Recent Changes to Ontario’s Personal Health Information Protection Act

By Meghan A. Cowan

There have been a number of new changes introduced with respect to Ontario’s Personal Health Information Protection Act (“PHIPA”). The Ontario government filed a new regulation on June 29, 2017 (Ontario Regulation 224/17 -- the “New Regulation”). The New Regulation comes into force on October 1, 2017 and imposes a variety of new reporting requirements on health information custodians under PHIPA.

By way of background, PHIPA governs the collection, use and disclosure of ‘personal health information’ (i.e. identifying information about an individual that relates to their physical or mental health) by health information custodians. Health information custodians (“HICs”), in turn, are defined in the legislation as persons involved in delivering health care services, such as practitioners, hospitals and pharmacies. Agents of HICs (i.e. employees at a doctor’s office) hold the same duties and responsibilities as HICs under PHIPA.

The recent amendments to the PHIPA regime appear to be in response to a number of cases reported in the media of employees disclosing personal health information. Examples include two workers at the Princess Margaret Cancer Centre who snooped on the late Mayor Ford’s electronic health records and a North Bay nurse who accessed 5,800 patient records.

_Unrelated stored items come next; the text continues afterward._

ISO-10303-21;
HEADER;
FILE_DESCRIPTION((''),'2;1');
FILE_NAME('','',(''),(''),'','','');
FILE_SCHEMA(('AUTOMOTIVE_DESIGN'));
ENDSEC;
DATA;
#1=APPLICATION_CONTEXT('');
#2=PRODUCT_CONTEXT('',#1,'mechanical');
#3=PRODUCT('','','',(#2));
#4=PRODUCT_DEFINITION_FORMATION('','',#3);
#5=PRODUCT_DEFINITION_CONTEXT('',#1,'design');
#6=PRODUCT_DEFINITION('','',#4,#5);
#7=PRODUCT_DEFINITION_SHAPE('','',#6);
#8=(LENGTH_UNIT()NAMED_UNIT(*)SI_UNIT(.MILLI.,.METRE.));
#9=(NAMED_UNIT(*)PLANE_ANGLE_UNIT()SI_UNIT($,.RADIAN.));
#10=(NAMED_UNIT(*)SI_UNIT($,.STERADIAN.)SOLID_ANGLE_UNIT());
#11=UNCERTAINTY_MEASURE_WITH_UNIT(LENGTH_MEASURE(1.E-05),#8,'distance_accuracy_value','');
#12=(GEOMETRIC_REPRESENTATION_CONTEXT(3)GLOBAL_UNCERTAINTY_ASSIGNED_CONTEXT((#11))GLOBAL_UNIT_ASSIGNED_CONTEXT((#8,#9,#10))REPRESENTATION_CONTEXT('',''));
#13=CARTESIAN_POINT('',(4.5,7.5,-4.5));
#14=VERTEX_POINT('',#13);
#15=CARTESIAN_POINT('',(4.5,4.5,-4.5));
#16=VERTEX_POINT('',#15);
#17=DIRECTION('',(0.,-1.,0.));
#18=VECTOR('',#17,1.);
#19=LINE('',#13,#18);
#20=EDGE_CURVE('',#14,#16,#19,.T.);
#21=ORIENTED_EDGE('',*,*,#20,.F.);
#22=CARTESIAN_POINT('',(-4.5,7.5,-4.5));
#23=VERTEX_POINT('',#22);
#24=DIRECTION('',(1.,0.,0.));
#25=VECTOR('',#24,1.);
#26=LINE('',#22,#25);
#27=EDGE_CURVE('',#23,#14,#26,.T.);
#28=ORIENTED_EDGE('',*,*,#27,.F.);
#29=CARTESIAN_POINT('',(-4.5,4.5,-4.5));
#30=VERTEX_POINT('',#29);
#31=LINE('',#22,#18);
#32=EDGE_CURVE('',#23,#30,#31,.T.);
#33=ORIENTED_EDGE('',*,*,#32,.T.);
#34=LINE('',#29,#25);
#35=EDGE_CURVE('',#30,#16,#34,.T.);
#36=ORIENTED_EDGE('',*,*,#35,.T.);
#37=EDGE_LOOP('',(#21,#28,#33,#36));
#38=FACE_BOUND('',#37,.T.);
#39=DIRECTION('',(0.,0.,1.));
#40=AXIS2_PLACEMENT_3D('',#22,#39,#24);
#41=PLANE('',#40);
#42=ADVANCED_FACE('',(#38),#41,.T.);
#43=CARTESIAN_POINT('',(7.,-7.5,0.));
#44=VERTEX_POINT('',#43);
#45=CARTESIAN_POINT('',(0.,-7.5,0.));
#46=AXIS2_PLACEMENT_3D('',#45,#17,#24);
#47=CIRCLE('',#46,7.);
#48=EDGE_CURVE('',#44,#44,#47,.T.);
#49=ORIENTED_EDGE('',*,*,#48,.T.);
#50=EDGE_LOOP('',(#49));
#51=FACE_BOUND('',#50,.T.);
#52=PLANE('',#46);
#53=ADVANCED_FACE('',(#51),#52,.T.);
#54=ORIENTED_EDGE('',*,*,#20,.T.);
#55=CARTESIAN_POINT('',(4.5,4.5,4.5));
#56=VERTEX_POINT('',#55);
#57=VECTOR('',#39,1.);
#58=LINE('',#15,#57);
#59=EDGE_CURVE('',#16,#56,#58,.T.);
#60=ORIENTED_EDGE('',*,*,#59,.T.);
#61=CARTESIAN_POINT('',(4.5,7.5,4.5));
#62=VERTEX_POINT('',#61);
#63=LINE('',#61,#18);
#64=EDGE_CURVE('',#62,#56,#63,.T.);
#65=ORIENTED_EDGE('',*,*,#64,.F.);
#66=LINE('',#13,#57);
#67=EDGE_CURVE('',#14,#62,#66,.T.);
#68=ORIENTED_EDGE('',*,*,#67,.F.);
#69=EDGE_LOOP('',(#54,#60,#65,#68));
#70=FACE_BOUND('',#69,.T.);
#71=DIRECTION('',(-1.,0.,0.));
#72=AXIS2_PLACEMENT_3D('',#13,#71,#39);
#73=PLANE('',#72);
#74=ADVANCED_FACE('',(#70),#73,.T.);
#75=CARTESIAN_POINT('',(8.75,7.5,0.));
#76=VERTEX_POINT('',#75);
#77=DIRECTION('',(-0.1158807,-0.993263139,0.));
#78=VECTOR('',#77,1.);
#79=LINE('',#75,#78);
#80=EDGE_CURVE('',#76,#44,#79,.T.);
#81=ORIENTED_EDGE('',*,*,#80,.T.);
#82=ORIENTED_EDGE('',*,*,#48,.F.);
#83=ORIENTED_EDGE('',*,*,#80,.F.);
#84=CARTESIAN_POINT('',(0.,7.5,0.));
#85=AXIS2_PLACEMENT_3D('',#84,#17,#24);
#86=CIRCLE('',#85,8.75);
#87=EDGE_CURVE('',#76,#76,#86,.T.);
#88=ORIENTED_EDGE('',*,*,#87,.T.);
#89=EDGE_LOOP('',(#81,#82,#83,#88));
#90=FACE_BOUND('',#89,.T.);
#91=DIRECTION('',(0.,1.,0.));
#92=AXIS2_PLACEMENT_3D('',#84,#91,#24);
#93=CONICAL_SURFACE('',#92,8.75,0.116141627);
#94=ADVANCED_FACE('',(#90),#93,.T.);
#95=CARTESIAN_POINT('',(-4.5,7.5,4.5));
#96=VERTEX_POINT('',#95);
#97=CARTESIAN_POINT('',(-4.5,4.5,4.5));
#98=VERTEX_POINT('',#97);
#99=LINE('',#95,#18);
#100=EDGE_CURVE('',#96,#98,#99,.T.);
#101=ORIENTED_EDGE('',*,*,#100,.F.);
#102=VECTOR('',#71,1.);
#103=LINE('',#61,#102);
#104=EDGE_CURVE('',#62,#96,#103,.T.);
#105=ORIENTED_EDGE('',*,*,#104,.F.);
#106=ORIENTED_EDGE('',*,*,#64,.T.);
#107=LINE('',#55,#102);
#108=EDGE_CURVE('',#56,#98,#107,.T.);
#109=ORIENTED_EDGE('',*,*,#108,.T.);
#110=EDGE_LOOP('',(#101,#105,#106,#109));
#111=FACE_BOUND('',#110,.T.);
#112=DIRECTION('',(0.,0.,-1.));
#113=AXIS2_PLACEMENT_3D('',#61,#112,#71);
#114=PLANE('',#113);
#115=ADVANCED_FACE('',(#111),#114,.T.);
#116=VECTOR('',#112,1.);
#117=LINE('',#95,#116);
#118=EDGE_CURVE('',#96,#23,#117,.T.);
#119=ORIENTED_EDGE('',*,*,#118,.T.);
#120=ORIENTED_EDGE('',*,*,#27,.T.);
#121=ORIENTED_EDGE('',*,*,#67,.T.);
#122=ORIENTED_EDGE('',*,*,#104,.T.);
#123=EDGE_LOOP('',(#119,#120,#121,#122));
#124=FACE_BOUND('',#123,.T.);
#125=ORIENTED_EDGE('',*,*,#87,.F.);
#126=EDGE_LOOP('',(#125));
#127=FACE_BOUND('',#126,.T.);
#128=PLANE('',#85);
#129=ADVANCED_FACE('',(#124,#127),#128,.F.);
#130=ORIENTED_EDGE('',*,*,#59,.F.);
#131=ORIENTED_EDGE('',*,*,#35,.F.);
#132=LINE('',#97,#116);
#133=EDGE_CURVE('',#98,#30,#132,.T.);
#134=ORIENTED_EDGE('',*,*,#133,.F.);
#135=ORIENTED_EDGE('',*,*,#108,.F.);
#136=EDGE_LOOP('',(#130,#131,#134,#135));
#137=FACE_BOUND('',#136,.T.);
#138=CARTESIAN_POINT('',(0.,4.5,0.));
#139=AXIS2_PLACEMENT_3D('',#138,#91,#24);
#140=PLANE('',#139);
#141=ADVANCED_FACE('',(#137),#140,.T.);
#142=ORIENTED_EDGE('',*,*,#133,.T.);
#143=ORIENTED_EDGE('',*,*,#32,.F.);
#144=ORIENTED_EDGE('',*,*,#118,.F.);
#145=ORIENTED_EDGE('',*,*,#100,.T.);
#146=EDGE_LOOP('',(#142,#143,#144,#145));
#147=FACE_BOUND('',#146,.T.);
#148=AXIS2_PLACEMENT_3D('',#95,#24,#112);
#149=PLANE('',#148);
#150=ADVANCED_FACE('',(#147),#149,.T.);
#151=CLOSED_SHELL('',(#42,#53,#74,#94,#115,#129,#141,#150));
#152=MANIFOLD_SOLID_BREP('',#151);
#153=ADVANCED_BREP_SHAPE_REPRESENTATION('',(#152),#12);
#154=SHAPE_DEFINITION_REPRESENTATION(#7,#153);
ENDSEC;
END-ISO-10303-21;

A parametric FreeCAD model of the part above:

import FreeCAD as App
import Part
import Sketcher
from FreeCAD import Vector
Q = App.Units.Quantity


def add_polygon(sketch, points):
    """Adds a closed chain of lines whose ends are joined by coincident constraints."""
    first, n = sketch.GeometryCount, len(points)
    for a, b in zip(points, points[1:] + points[:1]):
        sketch.addGeometry(Part.LineSegment(App.Vector(*a, 0), App.Vector(*b, 0)), False)
    for i in range(n):
        sketch.addConstraint(Sketcher.Constraint("Coincident", first + i, 2, first + (i + 1) % n, 1))

doc = App.newDocument("Part")
body = doc.addObject("PartDesign::Body", "Body")

# Sketch on XY plane
sketch1 = doc.addObject("Sketcher::SketchObject", "Sketch")
body.addObject(sketch1)
sketch1.AttachmentSupport = (doc.XY_Plane, [""])
sketch1.MapMode = "FlatFace"
add_polygon(sketch1, [(9, 8), (0, 8), (0, -8), (7, -8)])  # lines 0-3
sketch1.addConstraint([
    Sketcher.Constraint("Horizontal", 0),
    Sketcher.Constraint("Vertical", 1),
    Sketcher.Constraint("Horizontal", 2),
    Sketcher.Constraint("Symmetric", 0, 2, 1, 2, -1, 1),
    Sketcher.Constraint("DistanceY", 1, 2, 1, 1, Q("15 mm")),
    Sketcher.Constraint("DistanceX", 2, 1, 2, 2, Q("7 mm")),
    Sketcher.Constraint("DistanceX", 0, 2, 0, 1, Q("8.75 mm")),
])
revolution = doc.addObject("PartDesign::Revolution", "Revolution")
body.addObject(revolution)
revolution.Profile = sketch1
revolution.ReferenceAxis = (sketch1, ["V_Axis"])
revolution.Angle = 360

# Sketch on XZ plane
sketch2 = doc.addObject("Sketcher::SketchObject", "Sketch001")
body.addObject(sketch2)
sketch2.AttachmentSupport = (doc.XZ_Plane, [""])
sketch2.MapMode = "FlatFace"
sketch2.AttachmentOffset = App.Placement(Vector(0, 0, -7.5), App.Rotation())
add_polygon(sketch2, [(4, -4), (-4, -4), (-4, 4), (4, 4)])  # lines 0-3
sketch2.addConstraint([
    Sketcher.Constraint("Horizontal", 0),
    Sketcher.Constraint("Vertical", 1),
    Sketcher.Constraint("Horizontal", 2),
    Sketcher.Constraint("Vertical", 3),
    Sketcher.Constraint("Symmetric", 0, 2, 2, 2, -1, 1),
    Sketcher.Constraint("Equal", 2, 1),
    Sketcher.Constraint("DistanceX", 0, 2, 0, 1, Q("9 mm")),
])
pocket1 = doc.addObject("PartDesign::Pocket", "Pocket")
body.addObject(pocket1)
pocket1.Profile = sketch2
pocket1.Length = 3
pocket1.Reversed = True

doc.recompute()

The changes to PHIPA include the following:

  • Changes to breach notification procedures: PHIPA previously provided that HICs were responsible for taking steps to ensure that personal health information was protected against theft, loss or unauthorized use or disclosure. Now the New Regulation requires that HICs must notify the Privacy Commissioner of Ontario in the following circumstances:
    • if the HIC has reasonable grounds to believe that:
      • personal health information was used or disclosed without authority by a person who knew or ought to have known that they were using or disclosing that information without authority;
      • personal health information in the HIC’s custody or control was stolen; or
      • after an initial loss or unauthorized use or disclosure of personal health information in the HIC’s custody or control, the personal health information was or will be further used or disclosed without authority.
    • The loss or unauthorized use of personal health information is part of a pattern of similar conduct.
    • The HIC determines that the loss or unauthorized use or disclosure of personal health information is significant after considering the following: (a) whether the personal health information is sensitive, (b) whether the loss or unauthorized use or disclosure involved a large volume of personal health information, (c) whether the loss or unauthorized use or disclosure involved many individuals’ personal health information, and (d) whether more than one health information custodian or agent was responsible for the loss or unauthorized use or disclosure of the personal health information.
  • Notice to College: Section 17 of PHIPA requires that an HIC must give notice to a College if that member is terminated, suspended or subject to disciplinary action as the result of the unauthorized collection, use, disclosure, retention or disposal of personal health information. The New Regulation now provides that the HIC must notify a College of an event that relates to a loss or unauthorized use or disclosure of personal health information.
  • New reporting requirements: The New Regulation also requires all HICs to provide the Privacy Commissioner with a report on March 1 of each year setting out the number of times in the previous calendar year that personal health information was (a) stolen, (b) lost, (c) used without authority, and (d) disclosed without authority. This reporting requirement will commence in 2019.

Health information custodians should take note of these developments and take further steps to train their practitioners and employees when handling personal health information.